Entries provided:
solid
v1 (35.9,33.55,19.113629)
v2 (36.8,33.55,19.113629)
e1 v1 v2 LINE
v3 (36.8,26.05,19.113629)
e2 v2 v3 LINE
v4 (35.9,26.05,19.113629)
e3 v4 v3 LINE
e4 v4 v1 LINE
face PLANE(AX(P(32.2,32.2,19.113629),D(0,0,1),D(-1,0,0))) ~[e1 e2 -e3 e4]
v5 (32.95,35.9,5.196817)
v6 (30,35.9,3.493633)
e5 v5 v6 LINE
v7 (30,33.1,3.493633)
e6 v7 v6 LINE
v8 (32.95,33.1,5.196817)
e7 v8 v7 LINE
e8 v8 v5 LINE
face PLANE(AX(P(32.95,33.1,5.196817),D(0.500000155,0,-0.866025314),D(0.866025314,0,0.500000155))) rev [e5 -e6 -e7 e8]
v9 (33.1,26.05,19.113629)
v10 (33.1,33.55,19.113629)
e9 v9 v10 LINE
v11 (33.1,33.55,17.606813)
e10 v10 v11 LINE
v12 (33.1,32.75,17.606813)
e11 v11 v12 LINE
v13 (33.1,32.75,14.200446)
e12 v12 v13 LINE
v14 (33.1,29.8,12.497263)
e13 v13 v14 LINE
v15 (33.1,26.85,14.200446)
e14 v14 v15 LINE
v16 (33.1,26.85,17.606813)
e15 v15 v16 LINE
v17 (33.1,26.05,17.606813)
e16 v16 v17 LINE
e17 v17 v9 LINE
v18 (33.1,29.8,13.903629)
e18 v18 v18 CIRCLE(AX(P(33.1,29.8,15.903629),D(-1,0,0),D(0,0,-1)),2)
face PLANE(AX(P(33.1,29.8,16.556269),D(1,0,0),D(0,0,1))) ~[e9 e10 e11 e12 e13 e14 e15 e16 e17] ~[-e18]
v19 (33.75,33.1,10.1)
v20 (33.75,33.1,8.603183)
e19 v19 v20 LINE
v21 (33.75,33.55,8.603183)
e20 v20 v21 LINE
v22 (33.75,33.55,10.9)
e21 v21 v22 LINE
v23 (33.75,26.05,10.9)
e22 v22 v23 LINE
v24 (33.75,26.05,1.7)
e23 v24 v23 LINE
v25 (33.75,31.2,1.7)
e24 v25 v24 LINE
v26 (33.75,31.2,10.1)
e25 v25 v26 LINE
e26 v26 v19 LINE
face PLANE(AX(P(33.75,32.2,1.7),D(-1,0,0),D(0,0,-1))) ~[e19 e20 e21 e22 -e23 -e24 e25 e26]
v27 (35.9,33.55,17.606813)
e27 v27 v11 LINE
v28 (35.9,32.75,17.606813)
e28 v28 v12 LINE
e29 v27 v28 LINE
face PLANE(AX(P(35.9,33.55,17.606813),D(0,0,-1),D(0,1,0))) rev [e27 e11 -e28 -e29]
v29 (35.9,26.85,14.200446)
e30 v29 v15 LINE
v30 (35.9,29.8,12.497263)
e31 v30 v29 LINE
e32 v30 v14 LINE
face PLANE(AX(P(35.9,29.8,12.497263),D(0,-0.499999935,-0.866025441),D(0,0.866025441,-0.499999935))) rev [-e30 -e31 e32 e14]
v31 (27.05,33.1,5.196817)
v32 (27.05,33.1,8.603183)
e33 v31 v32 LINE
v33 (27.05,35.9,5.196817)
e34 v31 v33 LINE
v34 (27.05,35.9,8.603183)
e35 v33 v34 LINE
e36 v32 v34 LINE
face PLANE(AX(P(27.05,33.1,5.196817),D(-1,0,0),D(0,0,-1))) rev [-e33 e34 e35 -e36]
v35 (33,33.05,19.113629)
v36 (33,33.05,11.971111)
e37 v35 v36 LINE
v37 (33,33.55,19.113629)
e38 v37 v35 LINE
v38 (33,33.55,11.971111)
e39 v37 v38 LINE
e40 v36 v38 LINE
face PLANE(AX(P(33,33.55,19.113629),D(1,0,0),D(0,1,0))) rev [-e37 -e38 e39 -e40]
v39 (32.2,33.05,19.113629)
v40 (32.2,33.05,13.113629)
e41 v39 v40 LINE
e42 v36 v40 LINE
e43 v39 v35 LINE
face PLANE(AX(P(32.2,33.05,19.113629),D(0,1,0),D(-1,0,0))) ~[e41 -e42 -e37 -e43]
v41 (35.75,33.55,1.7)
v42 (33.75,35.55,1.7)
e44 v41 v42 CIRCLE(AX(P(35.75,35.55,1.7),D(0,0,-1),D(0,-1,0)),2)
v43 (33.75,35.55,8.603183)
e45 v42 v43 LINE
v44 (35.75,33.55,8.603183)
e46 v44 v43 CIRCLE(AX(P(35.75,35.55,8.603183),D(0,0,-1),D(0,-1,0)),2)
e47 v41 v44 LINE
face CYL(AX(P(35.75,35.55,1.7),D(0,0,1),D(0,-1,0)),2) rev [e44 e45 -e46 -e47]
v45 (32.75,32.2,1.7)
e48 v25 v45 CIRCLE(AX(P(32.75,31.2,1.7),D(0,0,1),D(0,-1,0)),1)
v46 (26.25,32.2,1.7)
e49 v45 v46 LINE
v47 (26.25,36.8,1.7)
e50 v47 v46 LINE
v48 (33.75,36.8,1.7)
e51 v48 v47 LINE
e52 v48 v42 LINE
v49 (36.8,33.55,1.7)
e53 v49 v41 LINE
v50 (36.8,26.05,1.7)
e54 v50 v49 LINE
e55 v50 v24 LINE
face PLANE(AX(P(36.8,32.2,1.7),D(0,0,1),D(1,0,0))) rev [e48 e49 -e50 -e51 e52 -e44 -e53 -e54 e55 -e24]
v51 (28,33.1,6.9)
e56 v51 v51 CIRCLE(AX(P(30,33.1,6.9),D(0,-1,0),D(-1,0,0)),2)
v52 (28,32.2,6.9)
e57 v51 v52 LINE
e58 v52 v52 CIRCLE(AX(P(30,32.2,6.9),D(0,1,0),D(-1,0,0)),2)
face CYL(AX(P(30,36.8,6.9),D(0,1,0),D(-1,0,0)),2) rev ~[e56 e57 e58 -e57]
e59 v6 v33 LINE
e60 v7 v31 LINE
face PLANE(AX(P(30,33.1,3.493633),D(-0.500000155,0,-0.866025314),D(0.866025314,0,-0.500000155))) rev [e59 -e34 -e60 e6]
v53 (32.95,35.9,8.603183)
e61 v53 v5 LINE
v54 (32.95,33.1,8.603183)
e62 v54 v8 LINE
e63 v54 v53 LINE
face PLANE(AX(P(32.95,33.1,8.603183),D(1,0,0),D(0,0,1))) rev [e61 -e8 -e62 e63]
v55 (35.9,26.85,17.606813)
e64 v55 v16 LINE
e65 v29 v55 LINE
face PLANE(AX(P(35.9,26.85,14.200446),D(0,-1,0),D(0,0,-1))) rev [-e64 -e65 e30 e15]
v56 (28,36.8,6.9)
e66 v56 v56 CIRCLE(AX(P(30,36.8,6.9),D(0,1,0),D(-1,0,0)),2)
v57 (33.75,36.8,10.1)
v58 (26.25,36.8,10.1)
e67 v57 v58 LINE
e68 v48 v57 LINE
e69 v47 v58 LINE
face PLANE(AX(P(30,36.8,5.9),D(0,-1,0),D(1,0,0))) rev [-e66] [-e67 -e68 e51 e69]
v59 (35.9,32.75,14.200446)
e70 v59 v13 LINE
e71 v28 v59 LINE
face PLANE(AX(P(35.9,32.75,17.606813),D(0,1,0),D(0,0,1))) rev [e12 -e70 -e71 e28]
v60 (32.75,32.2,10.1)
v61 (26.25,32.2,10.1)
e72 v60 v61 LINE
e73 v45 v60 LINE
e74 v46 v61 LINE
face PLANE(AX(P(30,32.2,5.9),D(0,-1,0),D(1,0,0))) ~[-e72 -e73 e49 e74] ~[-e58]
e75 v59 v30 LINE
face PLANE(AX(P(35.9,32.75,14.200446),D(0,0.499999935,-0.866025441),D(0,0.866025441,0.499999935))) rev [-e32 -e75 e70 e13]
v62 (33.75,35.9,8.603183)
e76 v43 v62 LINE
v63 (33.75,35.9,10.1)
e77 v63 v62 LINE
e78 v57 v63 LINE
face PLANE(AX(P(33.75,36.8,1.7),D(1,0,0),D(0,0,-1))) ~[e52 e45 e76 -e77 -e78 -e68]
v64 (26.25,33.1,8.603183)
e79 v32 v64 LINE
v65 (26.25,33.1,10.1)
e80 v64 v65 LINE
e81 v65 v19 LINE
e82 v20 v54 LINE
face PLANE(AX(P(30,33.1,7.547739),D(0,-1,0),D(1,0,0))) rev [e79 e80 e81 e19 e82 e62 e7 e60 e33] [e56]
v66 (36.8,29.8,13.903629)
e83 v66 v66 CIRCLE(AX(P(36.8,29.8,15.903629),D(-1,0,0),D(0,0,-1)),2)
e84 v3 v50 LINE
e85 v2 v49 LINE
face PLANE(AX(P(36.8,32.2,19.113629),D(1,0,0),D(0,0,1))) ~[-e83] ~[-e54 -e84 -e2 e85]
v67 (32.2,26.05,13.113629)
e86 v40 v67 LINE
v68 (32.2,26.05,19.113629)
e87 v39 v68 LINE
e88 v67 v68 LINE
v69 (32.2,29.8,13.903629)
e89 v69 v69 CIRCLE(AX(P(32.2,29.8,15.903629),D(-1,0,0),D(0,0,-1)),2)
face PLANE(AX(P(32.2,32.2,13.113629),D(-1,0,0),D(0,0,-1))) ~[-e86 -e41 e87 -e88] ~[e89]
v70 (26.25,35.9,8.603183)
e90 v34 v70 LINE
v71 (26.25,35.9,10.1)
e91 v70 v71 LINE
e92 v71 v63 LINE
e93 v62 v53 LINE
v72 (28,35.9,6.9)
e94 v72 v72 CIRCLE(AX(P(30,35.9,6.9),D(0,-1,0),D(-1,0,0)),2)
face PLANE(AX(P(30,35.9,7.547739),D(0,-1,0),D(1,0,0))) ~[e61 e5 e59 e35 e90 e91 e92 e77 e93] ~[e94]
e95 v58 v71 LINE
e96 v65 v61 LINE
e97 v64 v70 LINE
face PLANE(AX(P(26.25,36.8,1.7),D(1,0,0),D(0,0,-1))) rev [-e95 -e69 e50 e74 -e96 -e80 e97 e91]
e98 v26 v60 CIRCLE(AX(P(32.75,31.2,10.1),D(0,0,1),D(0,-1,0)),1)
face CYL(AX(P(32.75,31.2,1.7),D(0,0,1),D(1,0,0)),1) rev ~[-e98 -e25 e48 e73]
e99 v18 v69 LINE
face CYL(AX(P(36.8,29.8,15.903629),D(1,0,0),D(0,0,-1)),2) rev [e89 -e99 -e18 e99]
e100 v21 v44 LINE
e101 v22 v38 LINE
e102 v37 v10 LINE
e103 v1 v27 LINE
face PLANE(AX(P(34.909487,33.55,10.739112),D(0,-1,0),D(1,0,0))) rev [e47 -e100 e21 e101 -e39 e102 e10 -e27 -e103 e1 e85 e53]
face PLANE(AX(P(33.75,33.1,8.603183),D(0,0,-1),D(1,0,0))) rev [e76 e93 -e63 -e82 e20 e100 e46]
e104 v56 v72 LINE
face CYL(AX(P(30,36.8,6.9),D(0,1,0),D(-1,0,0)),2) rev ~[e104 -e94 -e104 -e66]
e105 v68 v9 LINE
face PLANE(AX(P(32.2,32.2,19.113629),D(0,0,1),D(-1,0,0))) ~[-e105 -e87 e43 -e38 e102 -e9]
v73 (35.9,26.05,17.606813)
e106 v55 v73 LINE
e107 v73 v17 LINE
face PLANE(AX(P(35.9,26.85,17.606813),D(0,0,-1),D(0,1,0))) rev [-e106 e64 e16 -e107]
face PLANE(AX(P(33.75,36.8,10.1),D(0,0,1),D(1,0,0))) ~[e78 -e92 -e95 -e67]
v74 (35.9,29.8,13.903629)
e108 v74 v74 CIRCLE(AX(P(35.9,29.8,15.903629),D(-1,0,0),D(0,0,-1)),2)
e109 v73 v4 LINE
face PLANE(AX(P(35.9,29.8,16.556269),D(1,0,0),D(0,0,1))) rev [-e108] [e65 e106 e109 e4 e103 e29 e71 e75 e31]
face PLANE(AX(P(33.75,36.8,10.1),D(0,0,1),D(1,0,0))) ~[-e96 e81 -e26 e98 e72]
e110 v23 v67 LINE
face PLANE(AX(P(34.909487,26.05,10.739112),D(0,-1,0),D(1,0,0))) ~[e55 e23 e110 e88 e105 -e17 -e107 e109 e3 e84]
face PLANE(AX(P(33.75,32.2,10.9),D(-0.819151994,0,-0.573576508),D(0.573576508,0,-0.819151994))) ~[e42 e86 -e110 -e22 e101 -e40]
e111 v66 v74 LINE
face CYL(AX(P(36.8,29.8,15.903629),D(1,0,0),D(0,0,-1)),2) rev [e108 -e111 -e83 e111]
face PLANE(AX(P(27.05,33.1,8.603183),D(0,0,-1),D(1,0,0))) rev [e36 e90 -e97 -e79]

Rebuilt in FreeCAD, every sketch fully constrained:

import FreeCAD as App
import Part
import Sketcher
Q = App.Units.Quantity


def edges_at(feature, points):
    """Names of the edges that pass closest to the given points."""
    edges = feature.Shape.Edges
    near = lambda p: min(range(len(edges)), key=lambda i: edges[i].distToShape(Part.Vertex(*p))[0])
    return sorted({f"Edge{near(p) + 1}" for p in points})


def add_polygon(sketch, points):
    """Adds a closed chain of lines whose ends are joined by coincident constraints."""
    first, n = sketch.GeometryCount, len(points)
    for a, b in zip(points, points[1:] + points[:1]):
        sketch.addGeometry(Part.LineSegment(App.Vector(*a, 0), App.Vector(*b, 0)), False)
    for i in range(n):
        sketch.addConstraint(Sketcher.Constraint("Coincident", first + i, 2, first + (i + 1) % n, 1))

doc = App.newDocument("Part")
params = doc.addObject("Spreadsheet::Sheet", "Params")
for row, (alias, value) in enumerate([
    ("sketch1_diameter", "4 mm"),
    ("sketch1_width", "7.5 mm"),
    ("sketch1_height", "8.4 mm"),
    ("pad1_length", "4.6 mm"),
    ("sketch2_width", "0.8 mm"),
    ("sketch2_width2", "7.5 mm"),
    ("pocket1_length", "2.8 mm"),
    ("sketch3_height", "6 mm"),
    ("sketch3_width", "4.6 mm"),
    ("sketch3_height2", "9.2 mm"),
    ("sketch3_width2", "3.05 mm"),
    ("pad2_length", "6.15 mm"),
    ("pad2_length2", "1.35 mm"),
    ("sketch4_diameter", "4 mm"),
    ("sketch5_width", "0.8 mm"),
    ("sketch5_width2", "7.5 mm"),
    ("pocket3_length", "2.8 mm"),
    ("sketch6_width", "0.8 mm"),
    ("sketch6_height", "0.5 mm"),
    ("pocket4_length", "8 mm"),
    ("fillet_radius", "1 mm"),
    ("fillet2_radius", "2 mm"),
], start=1):
    params.set(f"A{row}", alias)
    params.set(f"B{row}", "=" + value)
    params.setAlias(f"B{row}", alias)

body = doc.addObject("PartDesign::Body", "Body")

Activity: Every line above from the line with "e54 v50 v49 LINE" to the line with "e69 v47 v58 LINE" is wanted, ends included; write them out exactly and add no other line.

Result below:
e54 v50 v49 LINE
e55 v50 v24 LINE
face PLANE(AX(P(36.8,32.2,1.7),D(0,0,1),D(1,0,0))) rev [e48 e49 -e50 -e51 e52 -e44 -e53 -e54 e55 -e24]
v51 (28,33.1,6.9)
e56 v51 v51 CIRCLE(AX(P(30,33.1,6.9),D(0,-1,0),D(-1,0,0)),2)
v52 (28,32.2,6.9)
e57 v51 v52 LINE
e58 v52 v52 CIRCLE(AX(P(30,32.2,6.9),D(0,1,0),D(-1,0,0)),2)
face CYL(AX(P(30,36.8,6.9),D(0,1,0),D(-1,0,0)),2) rev ~[e56 e57 e58 -e57]
e59 v6 v33 LINE
e60 v7 v31 LINE
face PLANE(AX(P(30,33.1,3.493633),D(-0.500000155,0,-0.866025314),D(0.866025314,0,-0.500000155))) rev [e59 -e34 -e60 e6]
v53 (32.95,35.9,8.603183)
e61 v53 v5 LINE
v54 (32.95,33.1,8.603183)
e62 v54 v8 LINE
e63 v54 v53 LINE
face PLANE(AX(P(32.95,33.1,8.603183),D(1,0,0),D(0,0,1))) rev [e61 -e8 -e62 e63]
v55 (35.9,26.85,17.606813)
e64 v55 v16 LINE
e65 v29 v55 LINE
face PLANE(AX(P(35.9,26.85,14.200446),D(0,-1,0),D(0,0,-1))) rev [-e64 -e65 e30 e15]
v56 (28,36.8,6.9)
e66 v56 v56 CIRCLE(AX(P(30,36.8,6.9),D(0,1,0),D(-1,0,0)),2)
v57 (33.75,36.8,10.1)
v58 (26.25,36.8,10.1)
e67 v57 v58 LINE
e68 v48 v57 LINE
e69 v47 v58 LINE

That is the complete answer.